EXERCISE AIM
From the records below, please repeat exactly the line that has "#222=VERTEX_POINT('',#221);", the line that has "#18=AXIS2_PLACEMENT_3D('',#15,#16,#17);", and every line between them, and nothing else.

------ TASK DATA

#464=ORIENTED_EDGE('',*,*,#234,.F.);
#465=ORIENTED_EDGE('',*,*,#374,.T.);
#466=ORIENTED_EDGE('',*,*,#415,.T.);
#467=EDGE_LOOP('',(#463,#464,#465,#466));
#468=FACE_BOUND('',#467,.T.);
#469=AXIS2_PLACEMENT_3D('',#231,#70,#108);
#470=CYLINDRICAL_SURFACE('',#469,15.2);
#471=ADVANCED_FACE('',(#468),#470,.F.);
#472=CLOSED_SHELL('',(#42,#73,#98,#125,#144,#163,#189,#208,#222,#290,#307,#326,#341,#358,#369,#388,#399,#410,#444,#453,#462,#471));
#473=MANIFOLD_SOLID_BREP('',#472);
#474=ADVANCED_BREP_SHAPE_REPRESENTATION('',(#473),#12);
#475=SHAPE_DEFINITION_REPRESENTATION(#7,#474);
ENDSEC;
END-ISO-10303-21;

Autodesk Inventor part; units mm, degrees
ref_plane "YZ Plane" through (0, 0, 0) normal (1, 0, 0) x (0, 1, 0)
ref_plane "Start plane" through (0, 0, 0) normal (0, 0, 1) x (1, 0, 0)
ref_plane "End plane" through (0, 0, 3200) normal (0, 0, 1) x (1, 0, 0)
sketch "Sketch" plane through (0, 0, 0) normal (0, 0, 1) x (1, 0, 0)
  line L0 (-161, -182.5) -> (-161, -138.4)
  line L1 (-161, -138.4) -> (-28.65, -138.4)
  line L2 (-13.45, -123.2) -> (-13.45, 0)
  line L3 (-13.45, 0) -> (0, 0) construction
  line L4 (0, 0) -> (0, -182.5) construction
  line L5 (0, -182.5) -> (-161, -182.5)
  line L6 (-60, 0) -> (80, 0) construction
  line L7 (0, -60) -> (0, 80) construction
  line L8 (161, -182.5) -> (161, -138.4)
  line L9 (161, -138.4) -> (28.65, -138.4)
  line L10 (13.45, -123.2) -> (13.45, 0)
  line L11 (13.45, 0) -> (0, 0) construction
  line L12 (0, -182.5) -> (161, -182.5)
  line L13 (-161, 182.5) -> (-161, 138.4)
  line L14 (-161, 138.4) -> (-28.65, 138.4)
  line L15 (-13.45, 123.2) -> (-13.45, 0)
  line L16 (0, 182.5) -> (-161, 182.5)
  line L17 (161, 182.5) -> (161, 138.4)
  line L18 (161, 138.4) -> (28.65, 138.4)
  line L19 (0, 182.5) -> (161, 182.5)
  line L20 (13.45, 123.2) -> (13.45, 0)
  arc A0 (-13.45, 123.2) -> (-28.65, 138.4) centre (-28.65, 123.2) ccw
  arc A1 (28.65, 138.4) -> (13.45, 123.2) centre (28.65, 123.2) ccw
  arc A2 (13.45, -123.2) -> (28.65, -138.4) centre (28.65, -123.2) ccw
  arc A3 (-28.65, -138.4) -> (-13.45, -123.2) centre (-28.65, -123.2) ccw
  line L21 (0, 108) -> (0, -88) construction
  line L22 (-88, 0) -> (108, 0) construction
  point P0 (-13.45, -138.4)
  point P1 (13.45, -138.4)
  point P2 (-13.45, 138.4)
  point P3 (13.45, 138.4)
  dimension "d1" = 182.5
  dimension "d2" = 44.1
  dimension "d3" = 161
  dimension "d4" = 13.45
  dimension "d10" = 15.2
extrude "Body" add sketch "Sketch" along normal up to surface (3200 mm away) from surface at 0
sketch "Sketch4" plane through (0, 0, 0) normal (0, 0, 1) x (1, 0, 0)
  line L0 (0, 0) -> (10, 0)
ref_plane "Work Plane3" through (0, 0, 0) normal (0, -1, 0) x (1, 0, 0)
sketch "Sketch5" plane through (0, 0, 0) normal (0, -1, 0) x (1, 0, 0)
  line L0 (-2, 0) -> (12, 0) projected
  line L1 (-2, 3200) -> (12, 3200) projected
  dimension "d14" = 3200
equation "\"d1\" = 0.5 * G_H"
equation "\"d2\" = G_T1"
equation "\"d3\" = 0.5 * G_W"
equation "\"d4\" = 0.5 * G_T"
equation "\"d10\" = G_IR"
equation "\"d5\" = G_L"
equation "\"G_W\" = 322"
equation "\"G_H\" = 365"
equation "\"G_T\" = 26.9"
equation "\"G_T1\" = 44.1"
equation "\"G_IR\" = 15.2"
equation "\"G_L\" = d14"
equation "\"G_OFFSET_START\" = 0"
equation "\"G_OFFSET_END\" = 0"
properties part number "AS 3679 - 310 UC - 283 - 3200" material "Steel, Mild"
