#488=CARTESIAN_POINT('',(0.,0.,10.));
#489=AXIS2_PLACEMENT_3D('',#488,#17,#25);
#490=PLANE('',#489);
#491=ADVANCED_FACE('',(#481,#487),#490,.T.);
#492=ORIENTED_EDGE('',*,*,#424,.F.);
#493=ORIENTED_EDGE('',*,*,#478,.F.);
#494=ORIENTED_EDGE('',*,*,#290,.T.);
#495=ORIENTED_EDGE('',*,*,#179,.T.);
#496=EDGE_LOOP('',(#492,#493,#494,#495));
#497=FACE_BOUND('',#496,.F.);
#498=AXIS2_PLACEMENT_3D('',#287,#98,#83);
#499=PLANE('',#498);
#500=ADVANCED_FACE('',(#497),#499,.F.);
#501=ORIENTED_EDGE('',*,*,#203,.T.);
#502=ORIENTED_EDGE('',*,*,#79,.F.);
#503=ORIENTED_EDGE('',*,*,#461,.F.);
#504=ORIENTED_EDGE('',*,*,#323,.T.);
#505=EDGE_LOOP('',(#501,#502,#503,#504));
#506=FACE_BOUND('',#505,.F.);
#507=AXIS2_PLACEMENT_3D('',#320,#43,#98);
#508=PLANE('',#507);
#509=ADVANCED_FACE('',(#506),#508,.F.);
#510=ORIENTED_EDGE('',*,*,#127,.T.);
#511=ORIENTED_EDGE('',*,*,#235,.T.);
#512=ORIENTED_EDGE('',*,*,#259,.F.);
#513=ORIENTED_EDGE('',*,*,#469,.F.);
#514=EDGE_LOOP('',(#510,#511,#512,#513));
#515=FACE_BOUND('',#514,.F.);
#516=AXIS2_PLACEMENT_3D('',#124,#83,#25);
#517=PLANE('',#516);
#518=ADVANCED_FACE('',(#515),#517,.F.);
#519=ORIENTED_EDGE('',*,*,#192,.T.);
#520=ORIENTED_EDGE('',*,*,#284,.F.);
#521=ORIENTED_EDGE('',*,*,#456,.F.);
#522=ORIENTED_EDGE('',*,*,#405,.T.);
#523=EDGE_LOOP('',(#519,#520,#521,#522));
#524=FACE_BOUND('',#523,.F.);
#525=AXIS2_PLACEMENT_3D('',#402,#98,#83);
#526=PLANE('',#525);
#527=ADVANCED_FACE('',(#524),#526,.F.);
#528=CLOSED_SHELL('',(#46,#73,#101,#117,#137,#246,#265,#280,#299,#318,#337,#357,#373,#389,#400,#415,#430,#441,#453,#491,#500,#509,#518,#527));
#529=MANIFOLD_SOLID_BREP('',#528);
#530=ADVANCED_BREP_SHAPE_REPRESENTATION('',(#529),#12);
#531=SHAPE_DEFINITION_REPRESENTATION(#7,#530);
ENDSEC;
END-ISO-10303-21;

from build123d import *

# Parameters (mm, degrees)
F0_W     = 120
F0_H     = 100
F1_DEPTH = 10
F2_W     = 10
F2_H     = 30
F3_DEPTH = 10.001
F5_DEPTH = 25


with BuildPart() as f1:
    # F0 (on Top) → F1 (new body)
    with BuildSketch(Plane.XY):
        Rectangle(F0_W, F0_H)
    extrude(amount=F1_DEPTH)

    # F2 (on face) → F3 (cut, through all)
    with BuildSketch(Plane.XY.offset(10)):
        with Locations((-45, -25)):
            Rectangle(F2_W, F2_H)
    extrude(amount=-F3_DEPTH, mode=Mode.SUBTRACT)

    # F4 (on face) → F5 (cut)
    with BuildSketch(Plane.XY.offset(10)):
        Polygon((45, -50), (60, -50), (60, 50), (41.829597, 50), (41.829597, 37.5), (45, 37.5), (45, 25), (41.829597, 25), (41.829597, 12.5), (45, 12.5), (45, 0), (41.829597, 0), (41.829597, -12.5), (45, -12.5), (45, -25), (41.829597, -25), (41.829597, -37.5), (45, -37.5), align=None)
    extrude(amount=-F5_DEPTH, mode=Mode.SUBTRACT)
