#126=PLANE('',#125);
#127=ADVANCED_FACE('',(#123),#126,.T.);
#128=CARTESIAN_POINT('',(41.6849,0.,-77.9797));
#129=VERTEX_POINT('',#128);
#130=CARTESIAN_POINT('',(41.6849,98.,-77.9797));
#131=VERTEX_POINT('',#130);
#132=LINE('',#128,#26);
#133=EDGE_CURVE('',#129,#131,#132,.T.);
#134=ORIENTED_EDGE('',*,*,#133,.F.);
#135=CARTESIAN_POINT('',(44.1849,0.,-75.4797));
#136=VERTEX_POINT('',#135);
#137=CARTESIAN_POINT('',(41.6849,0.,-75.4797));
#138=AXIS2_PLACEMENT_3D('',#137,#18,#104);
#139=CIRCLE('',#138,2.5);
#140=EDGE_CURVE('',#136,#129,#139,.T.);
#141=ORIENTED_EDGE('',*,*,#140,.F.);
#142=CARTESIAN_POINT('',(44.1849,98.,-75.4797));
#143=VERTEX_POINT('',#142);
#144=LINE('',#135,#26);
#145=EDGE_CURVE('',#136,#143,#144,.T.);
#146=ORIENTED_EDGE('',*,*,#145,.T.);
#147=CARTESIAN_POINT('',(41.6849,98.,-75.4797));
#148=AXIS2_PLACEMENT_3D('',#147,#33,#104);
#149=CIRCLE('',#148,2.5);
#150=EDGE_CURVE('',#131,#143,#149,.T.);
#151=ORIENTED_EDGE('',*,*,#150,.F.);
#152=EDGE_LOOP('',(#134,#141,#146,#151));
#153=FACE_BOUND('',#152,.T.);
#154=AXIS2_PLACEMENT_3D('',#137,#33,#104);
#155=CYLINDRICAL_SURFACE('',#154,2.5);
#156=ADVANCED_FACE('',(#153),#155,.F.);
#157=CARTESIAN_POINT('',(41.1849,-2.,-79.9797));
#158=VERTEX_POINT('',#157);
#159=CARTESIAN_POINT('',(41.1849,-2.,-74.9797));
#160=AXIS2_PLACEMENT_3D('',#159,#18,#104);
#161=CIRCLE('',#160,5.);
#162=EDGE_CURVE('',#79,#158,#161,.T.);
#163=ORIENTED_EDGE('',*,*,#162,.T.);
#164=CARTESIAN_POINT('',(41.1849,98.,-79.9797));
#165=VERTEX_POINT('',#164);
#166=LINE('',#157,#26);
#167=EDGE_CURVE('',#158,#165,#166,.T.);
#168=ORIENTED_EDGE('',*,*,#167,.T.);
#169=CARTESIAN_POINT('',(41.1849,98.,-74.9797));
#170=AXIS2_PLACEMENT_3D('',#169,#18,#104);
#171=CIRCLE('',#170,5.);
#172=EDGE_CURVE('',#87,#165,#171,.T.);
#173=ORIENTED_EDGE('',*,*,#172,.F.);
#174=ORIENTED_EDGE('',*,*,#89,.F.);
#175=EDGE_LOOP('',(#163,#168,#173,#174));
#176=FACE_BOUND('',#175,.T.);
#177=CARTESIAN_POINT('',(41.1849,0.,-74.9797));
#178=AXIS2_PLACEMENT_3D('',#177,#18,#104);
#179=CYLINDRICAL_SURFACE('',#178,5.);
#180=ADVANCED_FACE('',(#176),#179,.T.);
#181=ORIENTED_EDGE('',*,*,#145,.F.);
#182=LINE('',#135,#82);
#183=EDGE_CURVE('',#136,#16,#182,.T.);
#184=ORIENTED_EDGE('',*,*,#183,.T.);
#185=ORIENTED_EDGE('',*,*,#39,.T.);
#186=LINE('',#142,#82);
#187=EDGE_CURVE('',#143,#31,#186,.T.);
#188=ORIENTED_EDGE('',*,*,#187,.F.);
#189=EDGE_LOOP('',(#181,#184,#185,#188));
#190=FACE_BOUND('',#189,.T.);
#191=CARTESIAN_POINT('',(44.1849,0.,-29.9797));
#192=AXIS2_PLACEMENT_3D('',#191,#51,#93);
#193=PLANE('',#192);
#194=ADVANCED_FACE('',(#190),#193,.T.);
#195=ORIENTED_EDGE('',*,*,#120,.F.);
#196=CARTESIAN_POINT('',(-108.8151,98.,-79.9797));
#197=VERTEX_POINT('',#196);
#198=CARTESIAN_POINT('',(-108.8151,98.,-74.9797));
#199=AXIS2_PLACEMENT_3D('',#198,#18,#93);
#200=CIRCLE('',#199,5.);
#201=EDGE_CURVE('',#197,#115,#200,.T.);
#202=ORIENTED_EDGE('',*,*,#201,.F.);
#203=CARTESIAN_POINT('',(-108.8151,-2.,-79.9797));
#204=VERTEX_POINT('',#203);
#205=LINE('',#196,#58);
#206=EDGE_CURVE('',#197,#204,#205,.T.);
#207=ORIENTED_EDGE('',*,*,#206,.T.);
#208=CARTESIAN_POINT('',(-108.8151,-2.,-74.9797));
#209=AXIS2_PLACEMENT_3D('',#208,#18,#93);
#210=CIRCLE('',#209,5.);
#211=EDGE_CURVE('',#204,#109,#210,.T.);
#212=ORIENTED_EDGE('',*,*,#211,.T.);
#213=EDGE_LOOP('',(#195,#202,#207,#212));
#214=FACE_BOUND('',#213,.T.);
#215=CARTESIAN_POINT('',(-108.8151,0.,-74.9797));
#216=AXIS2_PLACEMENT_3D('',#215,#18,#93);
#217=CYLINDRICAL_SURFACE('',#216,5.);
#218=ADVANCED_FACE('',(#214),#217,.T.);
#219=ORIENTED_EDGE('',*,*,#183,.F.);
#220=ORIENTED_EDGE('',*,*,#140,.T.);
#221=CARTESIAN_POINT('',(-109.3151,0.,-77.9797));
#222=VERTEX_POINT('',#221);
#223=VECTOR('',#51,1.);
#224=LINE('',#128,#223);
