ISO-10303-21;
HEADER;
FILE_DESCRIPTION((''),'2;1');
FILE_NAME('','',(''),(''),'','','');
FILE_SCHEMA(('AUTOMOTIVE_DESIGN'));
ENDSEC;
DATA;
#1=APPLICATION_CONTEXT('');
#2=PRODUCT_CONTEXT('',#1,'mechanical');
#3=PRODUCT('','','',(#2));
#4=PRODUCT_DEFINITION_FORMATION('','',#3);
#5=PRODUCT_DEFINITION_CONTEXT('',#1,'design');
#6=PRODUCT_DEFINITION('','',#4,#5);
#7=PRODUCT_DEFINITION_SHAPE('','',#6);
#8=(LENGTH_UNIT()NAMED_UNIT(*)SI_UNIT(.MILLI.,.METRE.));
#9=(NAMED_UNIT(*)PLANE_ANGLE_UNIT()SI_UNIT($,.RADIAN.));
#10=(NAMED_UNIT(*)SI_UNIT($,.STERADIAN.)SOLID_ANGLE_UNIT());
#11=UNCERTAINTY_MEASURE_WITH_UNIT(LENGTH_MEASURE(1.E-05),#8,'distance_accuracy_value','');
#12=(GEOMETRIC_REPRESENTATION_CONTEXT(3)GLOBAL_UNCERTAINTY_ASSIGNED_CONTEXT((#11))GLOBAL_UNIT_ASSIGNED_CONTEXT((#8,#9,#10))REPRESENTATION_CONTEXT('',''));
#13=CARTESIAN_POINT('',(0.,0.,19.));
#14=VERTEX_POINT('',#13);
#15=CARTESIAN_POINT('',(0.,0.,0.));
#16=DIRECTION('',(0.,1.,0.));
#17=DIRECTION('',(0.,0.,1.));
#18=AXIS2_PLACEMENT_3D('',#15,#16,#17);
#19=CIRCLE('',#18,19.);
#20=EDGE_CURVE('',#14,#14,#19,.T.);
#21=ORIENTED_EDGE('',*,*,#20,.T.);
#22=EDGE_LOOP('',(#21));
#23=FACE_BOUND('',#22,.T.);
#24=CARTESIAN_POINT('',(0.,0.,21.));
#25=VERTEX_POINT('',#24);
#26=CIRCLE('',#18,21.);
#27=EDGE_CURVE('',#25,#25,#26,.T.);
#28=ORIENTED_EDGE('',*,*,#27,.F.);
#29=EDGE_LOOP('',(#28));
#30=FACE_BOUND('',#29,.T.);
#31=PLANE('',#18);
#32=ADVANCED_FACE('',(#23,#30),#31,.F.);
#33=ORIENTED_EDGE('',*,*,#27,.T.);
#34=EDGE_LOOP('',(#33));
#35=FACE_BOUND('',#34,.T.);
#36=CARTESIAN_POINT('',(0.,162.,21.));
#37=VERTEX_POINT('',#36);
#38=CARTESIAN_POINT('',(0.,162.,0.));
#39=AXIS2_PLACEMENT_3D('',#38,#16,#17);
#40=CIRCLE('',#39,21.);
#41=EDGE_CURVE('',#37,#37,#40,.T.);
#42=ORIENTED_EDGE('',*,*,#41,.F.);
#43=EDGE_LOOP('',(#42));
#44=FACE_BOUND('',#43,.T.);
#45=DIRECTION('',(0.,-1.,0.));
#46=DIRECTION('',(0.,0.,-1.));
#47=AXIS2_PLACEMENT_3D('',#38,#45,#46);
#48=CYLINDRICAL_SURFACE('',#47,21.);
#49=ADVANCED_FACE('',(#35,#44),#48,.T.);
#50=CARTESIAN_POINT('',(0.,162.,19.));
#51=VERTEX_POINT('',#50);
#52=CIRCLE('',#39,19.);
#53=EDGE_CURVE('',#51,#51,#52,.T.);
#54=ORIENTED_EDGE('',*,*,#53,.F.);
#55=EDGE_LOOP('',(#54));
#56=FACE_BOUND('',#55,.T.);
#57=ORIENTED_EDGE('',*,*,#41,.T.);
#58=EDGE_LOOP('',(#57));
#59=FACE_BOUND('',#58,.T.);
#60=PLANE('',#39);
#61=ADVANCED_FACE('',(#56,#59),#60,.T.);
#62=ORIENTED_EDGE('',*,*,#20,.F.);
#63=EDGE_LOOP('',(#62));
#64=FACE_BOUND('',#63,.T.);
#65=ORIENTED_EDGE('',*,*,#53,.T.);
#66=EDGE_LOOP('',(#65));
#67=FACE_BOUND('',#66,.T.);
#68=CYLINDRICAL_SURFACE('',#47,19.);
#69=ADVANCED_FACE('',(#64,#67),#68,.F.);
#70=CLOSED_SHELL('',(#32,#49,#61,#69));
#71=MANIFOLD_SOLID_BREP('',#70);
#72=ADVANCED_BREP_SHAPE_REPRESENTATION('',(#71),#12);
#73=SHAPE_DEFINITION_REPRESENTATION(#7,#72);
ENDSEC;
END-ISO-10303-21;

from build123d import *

# Parameters (mm, degrees)
SKETCH3_R           = 21
SKETCH3_R_2         = 19
BOSS_EXTRUDE1_DEPTH = 162


with BuildPart() as part:
    # Sketch3 → Boss-Extrude1 (new body)
    with BuildSketch(Plane(origin=(0, 0, 0), x_dir=(1, 0, 0), z_dir=(0, 1, 0))):
        Circle(SKETCH3_R)
        Circle(SKETCH3_R_2, mode=Mode.SUBTRACT)
    extrude(amount=BOSS_EXTRUDE1_DEPTH)


solid = part.part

------------

REPLY
#222=VERTEX_POINT('',#221);
#223=VECTOR('',#51,1.);
#224=LINE('',#128,#223);
ISO-10303-21;
HEADER;
FILE_DESCRIPTION((''),'2;1');
FILE_NAME('','',(''),(''),'','','');
FILE_SCHEMA(('AUTOMOTIVE_DESIGN'));
ENDSEC;
DATA;
#1=APPLICATION_CONTEXT('');
#2=PRODUCT_CONTEXT('',#1,'mechanical');
#3=PRODUCT('','','',(#2));
#4=PRODUCT_DEFINITION_FORMATION('','',#3);
#5=PRODUCT_DEFINITION_CONTEXT('',#1,'design');
#6=PRODUCT_DEFINITION('','',#4,#5);
#7=PRODUCT_DEFINITION_SHAPE('','',#6);
#8=(LENGTH_UNIT()NAMED_UNIT(*)SI_UNIT(.MILLI.,.METRE.));
#9=(NAMED_UNIT(*)PLANE_ANGLE_UNIT()SI_UNIT($,.RADIAN.));
#10=(NAMED_UNIT(*)SI_UNIT($,.STERADIAN.)SOLID_ANGLE_UNIT());
#11=UNCERTAINTY_MEASURE_WITH_UNIT(LENGTH_MEASURE(1.E-05),#8,'distance_accuracy_value','');
#12=(GEOMETRIC_REPRESENTATION_CONTEXT(3)GLOBAL_UNCERTAINTY_ASSIGNED_CONTEXT((#11))GLOBAL_UNIT_ASSIGNED_CONTEXT((#8,#9,#10))REPRESENTATION_CONTEXT('',''));
#13=CARTESIAN_POINT('',(0.,0.,19.));
#14=VERTEX_POINT('',#13);
#15=CARTESIAN_POINT('',(0.,0.,0.));
#16=DIRECTION('',(0.,1.,0.));
#17=DIRECTION('',(0.,0.,1.));
#18=AXIS2_PLACEMENT_3D('',#15,#16,#17);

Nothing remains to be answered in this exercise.